SUPPLIED RECORDS Block Start

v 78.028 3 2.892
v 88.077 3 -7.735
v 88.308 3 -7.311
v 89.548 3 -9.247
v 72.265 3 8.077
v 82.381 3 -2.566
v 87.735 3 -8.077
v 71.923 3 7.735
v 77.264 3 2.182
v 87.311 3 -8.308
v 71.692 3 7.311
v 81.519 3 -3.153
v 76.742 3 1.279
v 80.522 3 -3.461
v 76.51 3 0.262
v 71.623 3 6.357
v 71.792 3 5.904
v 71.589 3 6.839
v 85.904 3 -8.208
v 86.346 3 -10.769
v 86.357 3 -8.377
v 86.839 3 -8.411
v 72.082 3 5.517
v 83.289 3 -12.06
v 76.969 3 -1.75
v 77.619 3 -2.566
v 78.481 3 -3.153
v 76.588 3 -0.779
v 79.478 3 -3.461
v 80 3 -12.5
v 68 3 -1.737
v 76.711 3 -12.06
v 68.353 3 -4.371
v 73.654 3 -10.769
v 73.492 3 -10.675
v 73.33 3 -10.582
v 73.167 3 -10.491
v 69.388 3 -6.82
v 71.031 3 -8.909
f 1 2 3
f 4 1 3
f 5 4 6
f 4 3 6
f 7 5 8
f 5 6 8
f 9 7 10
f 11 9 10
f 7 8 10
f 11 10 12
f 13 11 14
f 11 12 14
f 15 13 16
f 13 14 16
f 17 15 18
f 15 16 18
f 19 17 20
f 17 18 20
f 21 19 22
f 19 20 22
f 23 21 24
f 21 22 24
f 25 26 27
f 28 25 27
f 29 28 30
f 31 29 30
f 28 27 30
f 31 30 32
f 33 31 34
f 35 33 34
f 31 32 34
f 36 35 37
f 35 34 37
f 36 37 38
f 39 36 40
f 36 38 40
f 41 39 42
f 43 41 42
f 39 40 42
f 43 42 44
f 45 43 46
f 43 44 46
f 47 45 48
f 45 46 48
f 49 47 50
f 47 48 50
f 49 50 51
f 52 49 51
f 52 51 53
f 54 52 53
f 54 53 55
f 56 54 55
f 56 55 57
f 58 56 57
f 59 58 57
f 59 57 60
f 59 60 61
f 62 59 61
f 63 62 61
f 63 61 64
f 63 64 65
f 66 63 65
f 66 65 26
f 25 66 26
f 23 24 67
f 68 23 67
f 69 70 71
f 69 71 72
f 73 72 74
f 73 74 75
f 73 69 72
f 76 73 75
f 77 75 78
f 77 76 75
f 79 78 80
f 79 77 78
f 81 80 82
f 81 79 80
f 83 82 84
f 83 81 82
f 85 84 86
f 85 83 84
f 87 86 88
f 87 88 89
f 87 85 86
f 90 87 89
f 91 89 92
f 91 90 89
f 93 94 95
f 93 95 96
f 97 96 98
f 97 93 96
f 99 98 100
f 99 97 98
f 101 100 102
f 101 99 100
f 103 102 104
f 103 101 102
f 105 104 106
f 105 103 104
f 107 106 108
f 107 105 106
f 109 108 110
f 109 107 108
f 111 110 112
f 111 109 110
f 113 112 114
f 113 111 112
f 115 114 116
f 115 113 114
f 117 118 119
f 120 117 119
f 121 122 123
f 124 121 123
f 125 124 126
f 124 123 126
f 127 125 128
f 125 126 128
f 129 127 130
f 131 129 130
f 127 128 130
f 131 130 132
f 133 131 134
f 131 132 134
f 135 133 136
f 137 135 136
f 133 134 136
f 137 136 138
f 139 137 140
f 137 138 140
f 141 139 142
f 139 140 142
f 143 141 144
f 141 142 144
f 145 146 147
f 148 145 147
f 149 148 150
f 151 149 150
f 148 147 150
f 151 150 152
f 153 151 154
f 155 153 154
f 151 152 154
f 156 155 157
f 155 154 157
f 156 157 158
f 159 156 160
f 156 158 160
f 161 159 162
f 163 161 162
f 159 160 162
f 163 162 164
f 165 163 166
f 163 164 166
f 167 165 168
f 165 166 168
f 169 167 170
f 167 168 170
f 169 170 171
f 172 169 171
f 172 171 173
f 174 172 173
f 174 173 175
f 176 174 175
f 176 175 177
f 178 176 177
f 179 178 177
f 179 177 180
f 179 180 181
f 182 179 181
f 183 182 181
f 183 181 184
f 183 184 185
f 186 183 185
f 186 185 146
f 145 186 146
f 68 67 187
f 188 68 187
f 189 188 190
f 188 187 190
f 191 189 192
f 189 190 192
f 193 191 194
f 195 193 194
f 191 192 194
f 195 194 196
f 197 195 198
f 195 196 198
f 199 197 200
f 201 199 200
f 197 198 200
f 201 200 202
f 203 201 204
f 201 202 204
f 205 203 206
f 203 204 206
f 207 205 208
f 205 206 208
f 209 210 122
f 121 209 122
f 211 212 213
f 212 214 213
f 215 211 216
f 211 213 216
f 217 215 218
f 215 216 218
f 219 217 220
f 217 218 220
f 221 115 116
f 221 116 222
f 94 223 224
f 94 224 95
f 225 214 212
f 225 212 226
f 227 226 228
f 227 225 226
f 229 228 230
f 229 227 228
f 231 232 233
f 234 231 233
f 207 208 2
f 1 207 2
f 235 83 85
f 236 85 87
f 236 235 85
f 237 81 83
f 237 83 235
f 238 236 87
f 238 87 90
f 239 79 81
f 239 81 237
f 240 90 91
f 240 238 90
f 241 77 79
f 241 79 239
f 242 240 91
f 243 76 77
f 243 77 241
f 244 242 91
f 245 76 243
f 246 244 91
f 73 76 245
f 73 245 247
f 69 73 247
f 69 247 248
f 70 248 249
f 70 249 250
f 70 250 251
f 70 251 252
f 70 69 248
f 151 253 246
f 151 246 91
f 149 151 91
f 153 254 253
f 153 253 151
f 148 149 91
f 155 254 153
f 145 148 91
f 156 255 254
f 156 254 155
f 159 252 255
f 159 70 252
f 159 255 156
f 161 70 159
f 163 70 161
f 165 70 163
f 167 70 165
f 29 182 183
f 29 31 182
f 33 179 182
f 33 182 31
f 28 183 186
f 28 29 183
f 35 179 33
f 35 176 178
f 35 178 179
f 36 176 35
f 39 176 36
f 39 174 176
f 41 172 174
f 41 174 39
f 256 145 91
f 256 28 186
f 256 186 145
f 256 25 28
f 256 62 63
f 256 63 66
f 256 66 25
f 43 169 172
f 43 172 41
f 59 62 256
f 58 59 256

SUPPLIED RECORDS Block End

● **YOUR INSTRUCTIONS**: Each line of the material above should be restated word for word.

● **RESULT FOR THIS EXERCISE**:
v 78.028 3 2.892
v 88.077 3 -7.735
v 88.308 3 -7.311
v 89.548 3 -9.247
v 72.265 3 8.077
v 82.381 3 -2.566
v 87.735 3 -8.077
v 71.923 3 7.735
v 77.264 3 2.182
v 87.311 3 -8.308
v 71.692 3 7.311
v 81.519 3 -3.153
v 76.742 3 1.279
v 80.522 3 -3.461
v 76.51 3 0.262
v 71.623 3 6.357
v 71.792 3 5.904
v 71.589 3 6.839
v 85.904 3 -8.208
v 86.346 3 -10.769
v 86.357 3 -8.377
v 86.839 3 -8.411
v 72.082 3 5.517
v 83.289 3 -12.06
v 76.969 3 -1.75
v 77.619 3 -2.566
v 78.481 3 -3.153
v 76.588 3 -0.779
v 79.478 3 -3.461
v 80 3 -12.5
v 68 3 -1.737
v 76.711 3 -12.06
v 68.353 3 -4.371
v 73.654 3 -10.769
v 73.492 3 -10.675
v 73.33 3 -10.582
v 73.167 3 -10.491
v 69.388 3 -6.82
v 71.031 3 -8.909
f 1 2 3
f 4 1 3
f 5 4 6
f 4 3 6
f 7 5 8
f 5 6 8
f 9 7 10
f 11 9 10
f 7 8 10
f 11 10 12
f 13 11 14
f 11 12 14
f 15 13 16
f 13 14 16
f 17 15 18
f 15 16 18
f 19 17 20
f 17 18 20
f 21 19 22
f 19 20 22
f 23 21 24
f 21 22 24
f 25 26 27
f 28 25 27
f 29 28 30
f 31 29 30
f 28 27 30
f 31 30 32
f 33 31 34
f 35 33 34
f 31 32 34
f 36 35 37
f 35 34 37
f 36 37 38
f 39 36 40
f 36 38 40
f 41 39 42
f 43 41 42
f 39 40 42
f 43 42 44
f 45 43 46
f 43 44 46
f 47 45 48
f 45 46 48
f 49 47 50
f 47 48 50
f 49 50 51
f 52 49 51
f 52 51 53
f 54 52 53
f 54 53 55
f 56 54 55
f 56 55 57
f 58 56 57
f 59 58 57
f 59 57 60
f 59 60 61
f 62 59 61
f 63 62 61
f 63 61 64
f 63 64 65
f 66 63 65
f 66 65 26
f 25 66 26
f 23 24 67
f 68 23 67
f 69 70 71
f 69 71 72
f 73 72 74
f 73 74 75
f 73 69 72
f 76 73 75
f 77 75 78
f 77 76 75
f 79 78 80
f 79 77 78
f 81 80 82
f 81 79 80
f 83 82 84
f 83 81 82
f 85 84 86
f 85 83 84
f 87 86 88
f 87 88 89
f 87 85 86
f 90 87 89
f 91 89 92
f 91 90 89
f 93 94 95
f 93 95 96
f 97 96 98
f 97 93 96
f 99 98 100
f 99 97 98
f 101 100 102
f 101 99 100
f 103 102 104
f 103 101 102
f 105 104 106
f 105 103 104
f 107 106 108
f 107 105 106
f 109 108 110
f 109 107 108
f 111 110 112
f 111 109 110
f 113 112 114
f 113 111 112
f 115 114 116
f 115 113 114
f 117 118 119
f 120 117 119
f 121 122 123
f 124 121 123
f 125 124 126
f 124 123 126
f 127 125 128
f 125 126 128
f 129 127 130
f 131 129 130
f 127 128 130
f 131 130 132
f 133 131 134
f 131 132 134
f 135 133 136
f 137 135 136
f 133 134 136
f 137 136 138
f 139 137 140
f 137 138 140
f 141 139 142
f 139 140 142
f 143 141 144
f 141 142 144
f 145 146 147
f 148 145 147
f 149 148 150
f 151 149 150
f 148 147 150
f 151 150 152
f 153 151 154
f 155 153 154
f 151 152 154
f 156 155 157
f 155 154 157
f 156 157 158
f 159 156 160
f 156 158 160
f 161 159 162
f 163 161 162
f 159 160 162
f 163 162 164
f 165 163 166
f 163 164 166
f 167 165 168
f 165 166 168
f 169 167 170
f 167 168 170
f 169 170 171
f 172 169 171
f 172 171 173
f 174 172 173
f 174 173 175
f 176 174 175
f 176 175 177
f 178 176 177
f 179 178 177
f 179 177 180
f 179 180 181
f 182 179 181
f 183 182 181
f 183 181 184
f 183 184 185
f 186 183 185
f 186 185 146
f 145 186 146
f 68 67 187
f 188 68 187
f 189 188 190
f 188 187 190
f 191 189 192
f 189 190 192
f 193 191 194
f 195 193 194
f 191 192 194
f 195 194 196
f 197 195 198
f 195 196 198
f 199 197 200
f 201 199 200
f 197 198 200
f 201 200 202
f 203 201 204
f 201 202 204
f 205 203 206
f 203 204 206
f 207 205 208
f 205 206 208
f 209 210 122
f 121 209 122
f 211 212 213
f 212 214 213
f 215 211 216
f 211 213 216
f 217 215 218
f 215 216 218
f 219 217 220
f 217 218 220
f 221 115 116
f 221 116 222
f 94 223 224
f 94 224 95
f 225 214 212
f 225 212 226
f 227 226 228
f 227 225 226
f 229 228 230
f 229 227 228
f 231 232 233
f 234 231 233
f 207 208 2
f 1 207 2
f 235 83 85
f 236 85 87
f 236 235 85
f 237 81 83
f 237 83 235
f 238 236 87
f 238 87 90
f 239 79 81
f 239 81 237
f 240 90 91
f 240 238 90
f 241 77 79
f 241 79 239
f 242 240 91
f 243 76 77
f 243 77 241
f 244 242 91
f 245 76 243
f 246 244 91
f 73 76 245
f 73 245 247
f 69 73 247
f 69 247 248
f 70 248 249
f 70 249 250
f 70 250 251
f 70 251 252
f 70 69 248
f 151 253 246
f 151 246 91
f 149 151 91
f 153 254 253
f 153 253 151
f 148 149 91
f 155 254 153
f 145 148 91
f 156 255 254
f 156 254 155
f 159 252 255
f 159 70 252
f 159 255 156
f 161 70 159
f 163 70 161
f 165 70 163
f 167 70 165
f 29 182 183
f 29 31 182
f 33 179 182
f 33 182 31
f 28 183 186
f 28 29 183
f 35 179 33
f 35 176 178
f 35 178 179
f 36 176 35
f 39 176 36
f 39 174 176
f 41 172 174
f 41 174 39
f 256 145 91
f 256 28 186
f 256 186 145
f 256 25 28
f 256 62 63
f 256 63 66
f 256 66 25
f 43 169 172
f 43 172 41
f 59 62 256
f 58 59 256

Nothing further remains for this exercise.